Turning sharding on in production was more eventful than beta testing was, and our users found a small number of insufficiently tested code paths that we hadn’t hit ourselves. Typically these bugs emerged when a server process would crash at an inopportune time and leave data in a state we couldn’t automatically recover from. These issues largely centered around users signing up or joining a new workspaces — two things that we don’t personally do very often, and thus remained untested in our beta cluster. They also required that the product crash at a particular time and then retry an action — something we simply didn’t test.
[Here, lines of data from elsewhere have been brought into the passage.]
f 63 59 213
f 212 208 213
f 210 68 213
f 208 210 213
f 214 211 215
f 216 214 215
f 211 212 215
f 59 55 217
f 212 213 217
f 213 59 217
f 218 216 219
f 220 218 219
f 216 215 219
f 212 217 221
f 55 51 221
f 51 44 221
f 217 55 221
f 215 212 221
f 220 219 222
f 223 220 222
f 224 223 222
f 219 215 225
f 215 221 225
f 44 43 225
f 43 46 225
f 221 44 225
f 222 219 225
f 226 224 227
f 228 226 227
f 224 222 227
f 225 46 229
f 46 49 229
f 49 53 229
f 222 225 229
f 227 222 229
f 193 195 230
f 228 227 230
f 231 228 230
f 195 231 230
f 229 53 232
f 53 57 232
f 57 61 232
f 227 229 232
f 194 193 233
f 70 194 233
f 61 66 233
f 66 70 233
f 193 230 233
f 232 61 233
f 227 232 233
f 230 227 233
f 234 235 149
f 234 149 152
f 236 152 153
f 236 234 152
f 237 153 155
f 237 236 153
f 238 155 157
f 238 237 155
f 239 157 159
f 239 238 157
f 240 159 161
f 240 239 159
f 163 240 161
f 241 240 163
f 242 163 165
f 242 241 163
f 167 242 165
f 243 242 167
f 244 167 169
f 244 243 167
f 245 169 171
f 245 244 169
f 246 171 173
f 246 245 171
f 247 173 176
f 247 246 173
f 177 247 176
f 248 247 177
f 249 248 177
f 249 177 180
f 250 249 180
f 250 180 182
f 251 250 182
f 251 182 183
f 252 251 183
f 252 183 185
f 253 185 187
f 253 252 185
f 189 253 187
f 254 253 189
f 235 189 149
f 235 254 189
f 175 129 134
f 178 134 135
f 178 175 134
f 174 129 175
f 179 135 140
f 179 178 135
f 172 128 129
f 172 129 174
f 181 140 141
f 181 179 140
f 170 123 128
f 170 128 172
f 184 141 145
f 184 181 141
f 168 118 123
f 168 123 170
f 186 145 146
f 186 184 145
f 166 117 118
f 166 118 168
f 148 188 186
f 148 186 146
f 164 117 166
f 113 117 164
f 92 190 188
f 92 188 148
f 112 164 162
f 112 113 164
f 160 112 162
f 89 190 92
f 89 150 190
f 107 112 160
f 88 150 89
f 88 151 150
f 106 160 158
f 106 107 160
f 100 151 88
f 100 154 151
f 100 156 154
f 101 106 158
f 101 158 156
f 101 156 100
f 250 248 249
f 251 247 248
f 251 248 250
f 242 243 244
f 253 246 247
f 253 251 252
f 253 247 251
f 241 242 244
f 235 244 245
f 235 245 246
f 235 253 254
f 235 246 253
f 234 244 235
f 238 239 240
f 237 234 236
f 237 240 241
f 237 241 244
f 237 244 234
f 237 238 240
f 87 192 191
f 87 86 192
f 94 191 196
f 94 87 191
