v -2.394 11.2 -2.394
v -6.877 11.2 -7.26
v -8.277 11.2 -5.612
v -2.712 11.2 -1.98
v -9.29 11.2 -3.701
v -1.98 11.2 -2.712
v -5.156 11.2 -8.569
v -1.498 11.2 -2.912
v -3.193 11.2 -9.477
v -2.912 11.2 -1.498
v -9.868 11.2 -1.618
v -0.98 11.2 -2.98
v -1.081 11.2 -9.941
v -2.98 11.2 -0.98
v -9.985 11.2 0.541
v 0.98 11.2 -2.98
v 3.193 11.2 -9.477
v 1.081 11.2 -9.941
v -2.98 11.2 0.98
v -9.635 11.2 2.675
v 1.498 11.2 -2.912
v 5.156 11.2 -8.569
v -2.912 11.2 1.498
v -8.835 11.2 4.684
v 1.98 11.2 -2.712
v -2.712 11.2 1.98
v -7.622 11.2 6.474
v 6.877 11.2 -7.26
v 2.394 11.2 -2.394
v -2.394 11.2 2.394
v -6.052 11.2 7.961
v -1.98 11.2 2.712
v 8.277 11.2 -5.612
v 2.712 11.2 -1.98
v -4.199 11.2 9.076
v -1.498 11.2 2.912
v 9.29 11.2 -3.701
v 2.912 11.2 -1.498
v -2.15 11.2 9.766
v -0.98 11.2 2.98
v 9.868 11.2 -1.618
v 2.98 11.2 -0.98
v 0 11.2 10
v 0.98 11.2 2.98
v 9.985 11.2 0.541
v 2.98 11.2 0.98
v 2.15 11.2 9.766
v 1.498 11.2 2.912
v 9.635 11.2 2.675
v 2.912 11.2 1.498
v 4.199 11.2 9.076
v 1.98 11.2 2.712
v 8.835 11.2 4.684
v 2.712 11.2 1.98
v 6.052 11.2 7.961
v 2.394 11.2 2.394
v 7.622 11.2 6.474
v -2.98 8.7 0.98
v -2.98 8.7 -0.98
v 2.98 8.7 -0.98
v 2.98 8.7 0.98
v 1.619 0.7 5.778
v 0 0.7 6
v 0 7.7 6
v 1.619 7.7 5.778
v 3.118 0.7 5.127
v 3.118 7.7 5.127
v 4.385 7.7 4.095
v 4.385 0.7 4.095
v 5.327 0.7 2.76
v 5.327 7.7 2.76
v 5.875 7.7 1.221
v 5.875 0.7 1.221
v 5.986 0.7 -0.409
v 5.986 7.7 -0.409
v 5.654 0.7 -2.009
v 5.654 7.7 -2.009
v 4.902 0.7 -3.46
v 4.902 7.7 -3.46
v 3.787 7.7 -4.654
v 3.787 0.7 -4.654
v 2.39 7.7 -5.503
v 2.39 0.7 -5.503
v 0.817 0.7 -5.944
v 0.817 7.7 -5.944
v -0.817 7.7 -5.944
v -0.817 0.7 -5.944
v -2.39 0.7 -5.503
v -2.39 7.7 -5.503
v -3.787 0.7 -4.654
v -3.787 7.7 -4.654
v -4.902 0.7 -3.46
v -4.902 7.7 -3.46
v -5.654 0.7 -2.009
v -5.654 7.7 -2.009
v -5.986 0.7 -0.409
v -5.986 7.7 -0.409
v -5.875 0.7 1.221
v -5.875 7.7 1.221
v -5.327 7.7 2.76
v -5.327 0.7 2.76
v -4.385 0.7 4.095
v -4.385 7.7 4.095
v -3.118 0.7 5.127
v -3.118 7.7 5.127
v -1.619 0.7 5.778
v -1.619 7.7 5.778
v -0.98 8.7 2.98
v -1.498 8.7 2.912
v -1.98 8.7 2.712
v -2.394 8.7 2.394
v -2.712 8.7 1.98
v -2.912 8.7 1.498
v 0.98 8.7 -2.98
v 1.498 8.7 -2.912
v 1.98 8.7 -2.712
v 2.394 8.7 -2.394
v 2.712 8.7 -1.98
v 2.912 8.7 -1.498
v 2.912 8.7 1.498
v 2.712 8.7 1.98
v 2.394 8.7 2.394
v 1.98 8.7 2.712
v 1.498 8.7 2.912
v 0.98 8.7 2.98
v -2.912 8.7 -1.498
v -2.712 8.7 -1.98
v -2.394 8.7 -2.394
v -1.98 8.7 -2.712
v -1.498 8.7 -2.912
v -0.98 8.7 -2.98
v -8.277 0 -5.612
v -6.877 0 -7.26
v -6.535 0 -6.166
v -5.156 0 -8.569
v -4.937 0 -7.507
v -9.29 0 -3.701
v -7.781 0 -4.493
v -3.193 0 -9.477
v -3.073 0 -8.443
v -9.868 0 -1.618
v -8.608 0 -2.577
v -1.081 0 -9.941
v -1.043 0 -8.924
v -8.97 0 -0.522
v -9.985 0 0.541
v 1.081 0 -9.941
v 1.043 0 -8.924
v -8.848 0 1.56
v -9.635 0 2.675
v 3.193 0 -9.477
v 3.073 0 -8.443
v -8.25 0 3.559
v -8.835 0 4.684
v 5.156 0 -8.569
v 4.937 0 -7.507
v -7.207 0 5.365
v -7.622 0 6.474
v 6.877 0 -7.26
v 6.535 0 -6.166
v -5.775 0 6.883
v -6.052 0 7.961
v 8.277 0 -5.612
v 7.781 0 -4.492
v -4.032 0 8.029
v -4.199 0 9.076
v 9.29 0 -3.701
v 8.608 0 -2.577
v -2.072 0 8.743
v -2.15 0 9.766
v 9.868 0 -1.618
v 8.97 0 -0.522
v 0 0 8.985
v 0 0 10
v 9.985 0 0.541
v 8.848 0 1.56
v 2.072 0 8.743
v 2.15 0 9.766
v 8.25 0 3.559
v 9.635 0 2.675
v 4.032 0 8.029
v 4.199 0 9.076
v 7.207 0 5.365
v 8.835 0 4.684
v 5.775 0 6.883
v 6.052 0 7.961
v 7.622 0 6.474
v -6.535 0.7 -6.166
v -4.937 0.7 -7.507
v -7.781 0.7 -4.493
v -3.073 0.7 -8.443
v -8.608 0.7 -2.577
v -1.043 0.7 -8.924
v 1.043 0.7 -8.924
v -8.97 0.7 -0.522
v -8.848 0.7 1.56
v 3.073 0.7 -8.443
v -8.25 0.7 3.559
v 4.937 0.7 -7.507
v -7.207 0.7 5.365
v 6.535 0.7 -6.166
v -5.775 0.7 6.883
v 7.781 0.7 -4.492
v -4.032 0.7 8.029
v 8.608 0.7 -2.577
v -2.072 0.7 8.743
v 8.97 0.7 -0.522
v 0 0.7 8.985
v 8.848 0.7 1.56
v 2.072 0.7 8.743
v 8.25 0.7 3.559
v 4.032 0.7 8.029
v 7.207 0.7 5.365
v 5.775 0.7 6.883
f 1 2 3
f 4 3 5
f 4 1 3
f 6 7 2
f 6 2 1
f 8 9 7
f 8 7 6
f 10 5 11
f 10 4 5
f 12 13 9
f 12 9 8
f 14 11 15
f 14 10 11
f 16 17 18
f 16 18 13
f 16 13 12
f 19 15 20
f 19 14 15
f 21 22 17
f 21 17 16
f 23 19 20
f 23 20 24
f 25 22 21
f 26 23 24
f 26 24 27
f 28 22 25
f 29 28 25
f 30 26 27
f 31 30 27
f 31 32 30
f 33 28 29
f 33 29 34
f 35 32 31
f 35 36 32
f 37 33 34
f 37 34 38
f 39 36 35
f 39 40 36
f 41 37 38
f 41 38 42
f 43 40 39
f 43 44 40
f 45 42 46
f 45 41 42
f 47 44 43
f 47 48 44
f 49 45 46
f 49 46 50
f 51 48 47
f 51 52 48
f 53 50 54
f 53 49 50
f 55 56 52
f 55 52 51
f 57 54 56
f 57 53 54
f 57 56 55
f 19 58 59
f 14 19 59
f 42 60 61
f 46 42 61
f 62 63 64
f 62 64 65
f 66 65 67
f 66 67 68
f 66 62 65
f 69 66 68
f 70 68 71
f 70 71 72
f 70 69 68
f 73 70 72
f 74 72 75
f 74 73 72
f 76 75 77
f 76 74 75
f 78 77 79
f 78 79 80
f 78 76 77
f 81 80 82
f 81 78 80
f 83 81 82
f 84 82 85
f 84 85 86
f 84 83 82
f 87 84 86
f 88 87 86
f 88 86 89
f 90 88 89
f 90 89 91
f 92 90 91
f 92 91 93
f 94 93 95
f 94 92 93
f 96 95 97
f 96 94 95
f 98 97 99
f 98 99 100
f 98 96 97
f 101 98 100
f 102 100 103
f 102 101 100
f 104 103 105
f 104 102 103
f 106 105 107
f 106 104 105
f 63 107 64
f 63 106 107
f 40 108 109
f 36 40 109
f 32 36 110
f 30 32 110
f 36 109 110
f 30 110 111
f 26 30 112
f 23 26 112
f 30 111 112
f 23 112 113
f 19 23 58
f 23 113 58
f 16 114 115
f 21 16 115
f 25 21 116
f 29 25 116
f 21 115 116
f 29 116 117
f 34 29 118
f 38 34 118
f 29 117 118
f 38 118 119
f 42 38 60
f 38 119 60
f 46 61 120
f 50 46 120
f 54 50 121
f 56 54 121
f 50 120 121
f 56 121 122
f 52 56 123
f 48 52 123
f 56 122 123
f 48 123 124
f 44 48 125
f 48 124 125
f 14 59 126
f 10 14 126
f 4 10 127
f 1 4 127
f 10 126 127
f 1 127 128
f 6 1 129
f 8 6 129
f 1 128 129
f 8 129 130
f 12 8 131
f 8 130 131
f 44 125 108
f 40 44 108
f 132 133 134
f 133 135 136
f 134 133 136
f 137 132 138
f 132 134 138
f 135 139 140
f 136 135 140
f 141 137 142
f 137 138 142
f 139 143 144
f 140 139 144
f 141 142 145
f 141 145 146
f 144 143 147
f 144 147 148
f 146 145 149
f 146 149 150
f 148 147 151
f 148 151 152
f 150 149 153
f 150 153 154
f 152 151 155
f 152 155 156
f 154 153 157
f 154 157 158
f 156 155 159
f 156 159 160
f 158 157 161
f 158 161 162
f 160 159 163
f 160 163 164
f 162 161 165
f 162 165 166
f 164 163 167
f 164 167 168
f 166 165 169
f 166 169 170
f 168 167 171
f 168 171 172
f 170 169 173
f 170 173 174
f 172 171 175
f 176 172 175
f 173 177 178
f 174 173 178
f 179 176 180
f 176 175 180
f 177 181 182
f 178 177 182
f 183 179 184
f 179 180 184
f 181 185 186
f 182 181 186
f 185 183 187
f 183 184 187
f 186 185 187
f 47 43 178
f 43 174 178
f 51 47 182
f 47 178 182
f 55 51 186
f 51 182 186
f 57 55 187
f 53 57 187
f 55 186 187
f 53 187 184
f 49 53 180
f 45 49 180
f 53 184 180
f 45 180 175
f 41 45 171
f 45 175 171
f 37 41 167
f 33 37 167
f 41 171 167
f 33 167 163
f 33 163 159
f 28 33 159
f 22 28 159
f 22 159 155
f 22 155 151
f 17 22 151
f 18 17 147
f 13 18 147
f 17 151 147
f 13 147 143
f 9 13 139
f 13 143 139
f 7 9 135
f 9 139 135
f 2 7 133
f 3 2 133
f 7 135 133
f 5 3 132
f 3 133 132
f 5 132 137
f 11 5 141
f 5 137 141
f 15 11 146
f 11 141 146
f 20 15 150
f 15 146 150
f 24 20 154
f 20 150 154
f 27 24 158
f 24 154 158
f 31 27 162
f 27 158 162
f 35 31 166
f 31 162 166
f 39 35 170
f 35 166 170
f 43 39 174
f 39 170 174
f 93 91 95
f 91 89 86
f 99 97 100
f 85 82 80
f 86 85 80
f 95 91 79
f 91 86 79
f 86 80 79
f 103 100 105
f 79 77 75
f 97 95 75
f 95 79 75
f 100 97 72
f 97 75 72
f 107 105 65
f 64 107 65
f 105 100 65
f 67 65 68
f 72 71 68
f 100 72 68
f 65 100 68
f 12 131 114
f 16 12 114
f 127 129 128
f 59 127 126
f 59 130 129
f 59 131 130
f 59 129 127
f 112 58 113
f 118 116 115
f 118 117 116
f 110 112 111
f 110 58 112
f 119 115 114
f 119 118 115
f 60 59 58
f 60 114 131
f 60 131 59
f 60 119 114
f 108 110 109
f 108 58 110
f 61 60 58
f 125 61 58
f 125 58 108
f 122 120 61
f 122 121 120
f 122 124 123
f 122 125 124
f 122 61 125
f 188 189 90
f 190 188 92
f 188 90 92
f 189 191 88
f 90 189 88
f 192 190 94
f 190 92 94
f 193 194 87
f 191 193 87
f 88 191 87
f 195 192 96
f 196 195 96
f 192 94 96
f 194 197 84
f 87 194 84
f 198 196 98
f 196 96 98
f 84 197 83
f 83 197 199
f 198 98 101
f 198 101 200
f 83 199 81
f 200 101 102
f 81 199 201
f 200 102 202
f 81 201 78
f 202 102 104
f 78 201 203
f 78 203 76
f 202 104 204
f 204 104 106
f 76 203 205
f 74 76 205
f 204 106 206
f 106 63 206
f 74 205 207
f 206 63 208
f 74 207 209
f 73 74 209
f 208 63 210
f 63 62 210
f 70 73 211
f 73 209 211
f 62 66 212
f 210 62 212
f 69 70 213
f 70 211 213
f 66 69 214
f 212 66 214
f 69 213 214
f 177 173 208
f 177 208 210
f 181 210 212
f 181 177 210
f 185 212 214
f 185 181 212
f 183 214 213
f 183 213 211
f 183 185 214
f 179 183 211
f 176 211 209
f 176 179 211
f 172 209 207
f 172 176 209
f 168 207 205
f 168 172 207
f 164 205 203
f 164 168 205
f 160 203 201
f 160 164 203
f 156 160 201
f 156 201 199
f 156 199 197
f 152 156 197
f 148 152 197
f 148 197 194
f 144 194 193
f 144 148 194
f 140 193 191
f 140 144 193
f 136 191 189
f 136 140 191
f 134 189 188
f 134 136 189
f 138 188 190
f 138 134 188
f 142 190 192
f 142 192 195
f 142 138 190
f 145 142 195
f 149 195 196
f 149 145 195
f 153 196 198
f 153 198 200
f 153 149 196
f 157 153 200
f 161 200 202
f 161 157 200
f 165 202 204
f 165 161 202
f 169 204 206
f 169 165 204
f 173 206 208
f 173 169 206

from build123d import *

# Parameters (mm, degrees)
SKETCH1_R           = 10
SKETCH1_R_2         = 8.985
BOSS_EXTRUDE1_DEPTH = 0.7
SKETCH2_R           = 10
SKETCH2_R_2         = 6
BOSS_EXTRUDE2_DEPTH = 7
SKETCH3_R           = 10
BOSS_EXTRUDE3_DEPTH = 1
SKETCH4_R           = 10
BOSS_EXTRUDE4_DEPTH = 2.5


with BuildPart() as part:
    # Sketch1 → Boss-Extrude1 (new body)
    with BuildSketch(Plane(origin=(0, 0, 0), x_dir=(1, 0, 0), z_dir=(0, 1, 0))):
        with Locations(Location((0, 0, 0), (0, 0, 270))):
            Circle(SKETCH1_R)
        with Locations(Location((0, 0, 0), (0, 0, 270))):
            Circle(SKETCH1_R_2, mode=Mode.SUBTRACT)
    extrude(amount=BOSS_EXTRUDE1_DEPTH)

    # Sketch2 → Boss-Extrude2 (add)
    with BuildSketch(Plane(origin=(0, 0.7, 0), x_dir=(1, 0, 0), z_dir=(0, 1, 0))):
        with Locations(Location((0, 0, 0), (0, 0, 270))):
            Circle(SKETCH2_R)
        with Locations(Location((0, 0, 0), (0, 0, 270))):
            Circle(SKETCH2_R_2, mode=Mode.SUBTRACT)
    extrude(amount=BOSS_EXTRUDE2_DEPTH)

    # Sketch3 → Boss-Extrude3 (add)
    with BuildSketch(Plane(origin=(0, 7.7, 0), x_dir=(1, 0, 0), z_dir=(0, 1, 0))):
        with Locations(Location((0, 0, 0), (0, 0, 270))):
            Circle(SKETCH3_R)
    extrude(amount=BOSS_EXTRUDE3_DEPTH)

    # Sketch4 → Boss-Extrude4 (add)
    with BuildSketch(Plane(origin=(0, 8.7, 0), x_dir=(1, 0, 0), z_dir=(0, 1, 0))):
        with Locations(Location((0, 0, 0), (0, 0, 270))):
            Circle(SKETCH4_R)
        with BuildLine():
            Line((-0.98, 2.98), (0.98, 2.98))
            ThreePointArc((0.98, 2.98), (2.394213562, 2.394213562), (2.98, 0.98))
            Line((2.98, 0.98), (2.98, -0.98))
            ThreePointArc((2.98, -0.98), (2.394213562, -2.394213562), (0.98, -2.98))
            Line((0.98, -2.98), (-0.98, -2.98))
            ThreePointArc((-0.98, -2.98), (-2.394213562, -2.394213562), (-2.98, -0.98))
            Line((-2.98, -0.98), (-2.98, 0.98))
            ThreePointArc((-2.98, 0.98), (-2.394213562, 2.394213562), (-0.98, 2.98))
        make_face(mode=Mode.SUBTRACT)
    extrude(amount=BOSS_EXTRUDE4_DEPTH)


solid = part.part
A couple of weeks into migrations, we hit our only known problem with customer data. The scheduling scripts weren’t as robust as the migration scripts themselves, and they managed to schedule two simultaneous migrations for a single domain. Our migrations were scheduled as “move shard X to database Y”, and in particular, they would always be migrating from whatever database the shard happened to be on at the time. This meant that, once the first migration finished, the second migration was left trying to migrate shard X from database Y to database Y. Because of what we’d learned during our dogfooding, our migration script operated as
deleteRowsOnTargetDatabase() readRowsFromSourceDatabase() writeRowsToTargetDatabase()
The silver lining is that the migration deleted data from the new database incredibly quickly, and the shard was promptly unusable. This meant that users on the shard could not enter new data, so when we switched the shard to read off of the original database again, these users lost only their last few minutes of writes. We contacted the users in the workspace to let them know what had happened, fixed our scripts to refuse to ever migrate from a database to itself, and restarted the migrations.
Burn Rate Irony
As we continued migrations, we kept an eye on how quickly disk space was dropping on the primary database. We regularly made estimates of when we would run out of space and marked these on a calendar. If we could get the rate low enough that the run-out-of-space date was a decade in the future, we were done. After a few weeks the rate was down to half of where it started, but then it plateaued.
It seemed like the long tail of data was much fatter than we anticipated, and this meant that our current rate of migrating data wasn’t going to be good enough. We spun up more EC2 instances and started migrating more aggressively. When we checked back on the database a few couple of days later, we were using data even faster than we had been before. After the panic subsided, we realized that the migrations themselves used a fair amount of space for bookkeeping, and all of this space was being used on the primary database. Happily there was no requirement for where this bookkeeping should live. We updated our migrations to keep their metadata on a different database, and were rewarded by our burn rate plummeting.
Sharding is a lot of work, and you should put it off as long as you can. By delaying sharding you get to spend more time working on your app, and you accumulate technical debt that you may never need to pay off. Even if you eventually need to shard, the tradeoff is worthwhile.